(GIVEN DATA begins)

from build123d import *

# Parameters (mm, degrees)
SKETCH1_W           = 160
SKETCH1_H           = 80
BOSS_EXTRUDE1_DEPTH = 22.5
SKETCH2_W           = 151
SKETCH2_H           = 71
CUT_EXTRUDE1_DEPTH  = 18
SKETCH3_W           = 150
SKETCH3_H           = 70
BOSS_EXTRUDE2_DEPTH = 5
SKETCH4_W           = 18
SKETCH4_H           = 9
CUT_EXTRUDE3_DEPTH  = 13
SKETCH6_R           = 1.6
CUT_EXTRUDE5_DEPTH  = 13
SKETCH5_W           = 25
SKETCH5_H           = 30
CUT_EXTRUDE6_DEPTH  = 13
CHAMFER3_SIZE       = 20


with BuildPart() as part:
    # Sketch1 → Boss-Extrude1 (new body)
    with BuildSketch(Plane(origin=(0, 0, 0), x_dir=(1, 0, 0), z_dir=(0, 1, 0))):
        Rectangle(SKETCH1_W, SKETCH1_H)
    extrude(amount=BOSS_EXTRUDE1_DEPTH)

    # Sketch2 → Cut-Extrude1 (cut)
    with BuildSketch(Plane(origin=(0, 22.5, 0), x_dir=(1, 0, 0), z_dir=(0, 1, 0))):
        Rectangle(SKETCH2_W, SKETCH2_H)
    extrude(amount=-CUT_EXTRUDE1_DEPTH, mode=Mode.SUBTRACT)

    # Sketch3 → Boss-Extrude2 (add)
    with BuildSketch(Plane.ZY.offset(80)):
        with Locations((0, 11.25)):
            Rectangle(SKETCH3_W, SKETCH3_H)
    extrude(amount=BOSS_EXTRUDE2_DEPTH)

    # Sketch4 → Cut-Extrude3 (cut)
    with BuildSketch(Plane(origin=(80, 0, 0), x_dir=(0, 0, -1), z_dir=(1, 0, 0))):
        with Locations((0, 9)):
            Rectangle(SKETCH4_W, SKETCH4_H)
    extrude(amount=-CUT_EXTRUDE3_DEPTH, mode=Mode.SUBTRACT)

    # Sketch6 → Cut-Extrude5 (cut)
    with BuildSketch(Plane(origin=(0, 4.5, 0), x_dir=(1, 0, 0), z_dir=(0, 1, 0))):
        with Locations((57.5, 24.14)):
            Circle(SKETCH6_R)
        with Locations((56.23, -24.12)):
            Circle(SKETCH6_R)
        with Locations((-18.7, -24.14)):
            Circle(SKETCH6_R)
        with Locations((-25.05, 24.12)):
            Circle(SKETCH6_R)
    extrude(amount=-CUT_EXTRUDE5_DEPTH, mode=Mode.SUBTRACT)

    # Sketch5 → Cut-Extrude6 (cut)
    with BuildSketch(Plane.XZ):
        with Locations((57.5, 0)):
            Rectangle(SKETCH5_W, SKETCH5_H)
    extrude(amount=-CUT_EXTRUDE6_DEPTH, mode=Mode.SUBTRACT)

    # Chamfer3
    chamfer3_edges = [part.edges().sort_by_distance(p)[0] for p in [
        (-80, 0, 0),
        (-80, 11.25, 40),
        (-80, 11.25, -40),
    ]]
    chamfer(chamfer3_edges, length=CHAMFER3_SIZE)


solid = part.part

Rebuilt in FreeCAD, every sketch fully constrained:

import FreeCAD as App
import Part
import Sketcher
from FreeCAD import Vector
Q = App.Units.Quantity


def edges_at(feature, points):
    """Names of the edges that pass closest to the given points."""
    edges = feature.Shape.Edges
    near = lambda p: min(range(len(edges)), key=lambda i: edges[i].distToShape(Part.Vertex(*p))[0])
    return sorted({f"Edge{near(p) + 1}" for p in points})

doc = App.newDocument("Part")
body = doc.addObject("PartDesign::Body", "Body")

# Sketch on XZ plane
sketch1 = body.newObject("Sketcher::SketchObject", "Sketch")
sketch1.AttachmentSupport = (doc.getObject("XZ_Plane"), [""])
sketch1.MapMode = "FlatFace"
sketch1.addGeometry([
    Part.LineSegment(Vector(-80, -40, 0), Vector(-80, 40, 0)),
    Part.LineSegment(Vector(-80, 40, 0), Vector(80, 40, 0)),
    Part.LineSegment(Vector(80, 40, 0), Vector(80, -40, 0)),
    Part.LineSegment(Vector(80, -40, 0), Vector(-80, -40, 0)),
], False)
sketch1.addConstraint([
    Sketcher.Constraint("Coincident", 0, 2, 1, 1),
    Sketcher.Constraint("Coincident", 1, 2, 2, 1),
    Sketcher.Constraint("Coincident", 2, 2, 3, 1),
    Sketcher.Constraint("Coincident", 3, 2, 0, 1),
    Sketcher.Constraint("Vertical", 0),
    Sketcher.Constraint("Horizontal", 1),
    Sketcher.Constraint("Vertical", 2),
    Sketcher.Constraint("Horizontal", 3),
    Sketcher.Constraint("Symmetric", 0, 2, 2, 2, -1, 1),
    Sketcher.Constraint("DistanceX", 1, 1, 1, 2, Q("160 mm")),
    Sketcher.Constraint("DistanceY", 0, 1, 0, 2, Q("80 mm")),
])
pad1 = body.newObject("PartDesign::Pad", "Pad")
pad1.Profile = sketch1
pad1.Length = 22.5
pad1.Reversed = True

# Sketch on XZ plane
sketch2 = body.newObject("Sketcher::SketchObject", "Sketch001")
sketch2.AttachmentSupport = (doc.getObject("XZ_Plane"), [""])
sketch2.MapMode = "FlatFace"
sketch2.AttachmentOffset = App.Placement(Vector(0, 0, -22.5), App.Rotation())
sketch2.addGeometry([
    Part.LineSegment(Vector(-76, -36, 0), Vector(-76, 36, 0)),
    Part.LineSegment(Vector(-76, 36, 0), Vector(76, 36, 0)),
    Part.LineSegment(Vector(76, 36, 0), Vector(76, -36, 0)),
    Part.LineSegment(Vector(76, -36, 0), Vector(-76, -36, 0)),
], False)
sketch2.addConstraint([
    Sketcher.Constraint("Coincident", 0, 2, 1, 1),
    Sketcher.Constraint("Coincident", 1, 2, 2, 1),
    Sketcher.Constraint("Coincident", 2, 2, 3, 1),
    Sketcher.Constraint("Coincident", 3, 2, 0, 1),
    Sketcher.Constraint("Vertical", 0),
    Sketcher.Constraint("Horizontal", 1),
    Sketcher.Constraint("Vertical", 2),
    Sketcher.Constraint("Horizontal", 3),
    Sketcher.Constraint("Symmetric", 0, 2, 2, 2, -1, 1),
    Sketcher.Constraint("DistanceX", 1, 1, 1, 2, Q("151 mm")),
    Sketcher.Constraint("DistanceY", 0, 1, 0, 2, Q("71 mm")),
])
pocket1 = body.newObject("PartDesign::Pocket", "Pocket")
pocket1.Profile = sketch2
pocket1.Length = 18
pocket1.Reversed = True

# Sketch on YZ plane
sketch3 = body.newObject("Sketcher::SketchObject", "Sketch002")
sketch3.AttachmentSupport = (doc.getObject("YZ_Plane"), [""])
sketch3.MapMode = "FlatFace"
sketch3.AttachmentOffset = App.Placement(Vector(0, 0, -80), App.Rotation())
sketch3.addGeometry([
    Part.LineSegment(Vector(46, -75, 0), Vector(-24, -75, 0)),
    Part.LineSegment(Vector(-24, -75, 0), Vector(-24, 75, 0)),
    Part.LineSegment(Vector(-24, 75, 0), Vector(46, 75, 0)),
    Part.LineSegment(Vector(46, 75, 0), Vector(46, -75, 0)),
], False)
sketch3.addConstraint([
    Sketcher.Constraint("Coincident", 0, 2, 1, 1),
    Sketcher.Constraint("Coincident", 1, 2, 2, 1),
    Sketcher.Constraint("Coincident", 2, 2, 3, 1),
    Sketcher.Constraint("Coincident", 3, 2, 0, 1),
    Sketcher.Constraint("Horizontal", 0),
    Sketcher.Constraint("Vertical", 1),
    Sketcher.Constraint("Horizontal", 2),
    Sketcher.Constraint("Vertical", 3),
    Sketcher.Constraint("DistanceX", 0, 2, 0, 1, Q("70 mm")),
    Sketcher.Constraint("DistanceY", 1, 1, 1, 2, Q("150 mm")),
    Sketcher.Constraint("DistanceY", 0, 2, -1, 1, Q("75 mm")),
    Sketcher.Constraint("DistanceX", 0, 2, -1, 1, Q("23.75 mm")),
])
pad2 = body.newObject("PartDesign::Pad", "Pad001")
pad2.Profile = sketch3
pad2.Length = 5
pad2.Reversed = True

# Sketch on YZ plane
sketch4 = body.newObject("Sketcher::SketchObject", "Sketch003")
sketch4.AttachmentSupport = (doc.getObject("YZ_Plane"), [""])
sketch4.MapMode = "FlatFace"
sketch4.AttachmentOffset = App.Placement(Vector(0, 0, 80), App.Rotation())
sketch4.addGeometry([
    Part.LineSegment(Vector(14, 9, 0), Vector(4, 9, 0)),
    Part.LineSegment(Vector(4, 9, 0), Vector(4, -9, 0)),
    Part.LineSegment(Vector(4, -9, 0), Vector(14, -9, 0)),
    Part.LineSegment(Vector(14, -9, 0), Vector(14, 9, 0)),
], False)
sketch4.addConstraint([
    Sketcher.Constraint("Coincident", 0, 2, 1, 1),
    Sketcher.Constraint("Coincident", 1, 2, 2, 1),
    Sketcher.Constraint("Coincident", 2, 2, 3, 1),
    Sketcher.Constraint("Coincident", 3, 2, 0, 1),
    Sketcher.Constraint("Horizontal", 0),
    Sketcher.Constraint("Vertical", 1),
    Sketcher.Constraint("Horizontal", 2),
    Sketcher.Constraint("Vertical", 3),
    Sketcher.Constraint("DistanceX", 0, 2, 0, 1, Q("9 mm")),
    Sketcher.Constraint("DistanceY", 1, 2, 1, 1, Q("18 mm")),
    Sketcher.Constraint("DistanceY", -1, 1, 0, 2, Q("9 mm")),
    Sketcher.Constraint("DistanceX", -1, 1, 0, 2, Q("4.5 mm")),
])
pocket2 = body.newObject("PartDesign::Pocket", "Pocket001")
pocket2.Profile = sketch4
pocket2.Length = 13

# Sketch on XZ plane
sketch5 = body.newObject("Sketcher::SketchObject", "Sketch004")
sketch5.AttachmentSupport = (doc.getObject("XZ_Plane"), [""])
sketch5.MapMode = "FlatFace"
sketch5.AttachmentOffset = App.Placement(Vector(0, 0, -4.5), App.Rotation())
sketch5.addGeometry([
    Part.Circle(Vector(57.5, -24.1, 0), Vector(0, 0, 1), 1.6),
    Part.Circle(Vector(56.2, 24.1, 0), Vector(0, 0, 1), 1.6),
    Part.Circle(Vector(-18.7, 24.1, 0), Vector(0, 0, 1), 1.6),
    Part.Circle(Vector(-25.1, -24.1, 0), Vector(0, 0, 1), 1.6),
], False)
sketch5.addConstraint([
    Sketcher.Constraint("Equal", 0, 1),
    Sketcher.Constraint("Equal", 1, 2),
    Sketcher.Constraint("Equal", 2, 3),
    Sketcher.Constraint("Diameter", 0, Q("3.2 mm")),
    Sketcher.Constraint("DistanceX", -1, 1, 0, 3, Q("57.5 mm")),
    Sketcher.Constraint("DistanceX", 2, 3, -1, 1, Q("18.7 mm")),
    Sketcher.Constraint("DistanceY", 0, 3, -1, 1, Q("24.14 mm")),
    Sketcher.Constraint("DistanceX", -1, 1, 1, 3, Q("56.23 mm")),
    Sketcher.Constraint("DistanceY", -1, 1, 1, 3, Q("24.12 mm")),
    Sketcher.Constraint("DistanceY", -1, 1, 2, 3, Q("24.14 mm")),
    Sketcher.Constraint("DistanceX", 3, 3, -1, 1, Q("25.05 mm")),
    Sketcher.Constraint("DistanceY", 3, 3, -1, 1, Q("24.12 mm")),
])
pocket3 = body.newObject("PartDesign::Pocket", "Pocket002")
pocket3.Profile = sketch5
pocket3.Length = 13
pocket3.Reversed = True

# Sketch on XZ plane
sketch6 = body.newObject("Sketcher::SketchObject", "Sketch005")
sketch6.AttachmentSupport = (doc.getObject("XZ_Plane"), [""])
sketch6.MapMode = "FlatFace"
sketch6.addGeometry([
    Part.LineSegment(Vector(45, 15, 0), Vector(45, -15, 0)),
    Part.LineSegment(Vector(45, -15, 0), Vector(70, -15, 0)),
    Part.LineSegment(Vector(70, -15, 0), Vector(70, 15, 0)),
    Part.LineSegment(Vector(70, 15, 0), Vector(45, 15, 0)),
], False)
sketch6.addConstraint([
    Sketcher.Constraint("Coincident", 0, 2, 1, 1),
    Sketcher.Constraint("Coincident", 1, 2, 2, 1),
    Sketcher.Constraint("Coincident", 2, 2, 3, 1),
    Sketcher.Constraint("Coincident", 3, 2, 0, 1),
    Sketcher.Constraint("Vertical", 0),
    Sketcher.Constraint("Horizontal", 1),
    Sketcher.Constraint("Vertical", 2),
    Sketcher.Constraint("Horizontal", 3),
    Sketcher.Constraint("DistanceX", 1, 1, 1, 2, Q("25 mm")),
    Sketcher.Constraint("DistanceY", 0, 2, 0, 1, Q("30 mm")),
    Sketcher.Constraint("DistanceX", -1, 1, 0, 2, Q("45 mm")),
    Sketcher.Constraint("DistanceY", 0, 2, -1, 1, Q("15 mm")),
])
pocket4 = body.newObject("PartDesign::Pocket", "Pocket003")
pocket4.Profile = sketch6
pocket4.Length = 13
doc.recompute()

chamfer = body.newObject("PartDesign::Chamfer", "Chamfer")
chamfer.Base = (pocket4, edges_at(pocket4, [(-80, 0, 0), (-80, 11.25, 40), (-80, 11.25, -40)]))
chamfer.Size = 20

doc.recompute()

(GIVEN DATA ends)

▶ [GOAL OF THE EXERCISE]
How many lines in the records contain the word "Rectangle"? Answer with the number alone.

▶ [OUTPUT OF THE EXERCISE]
5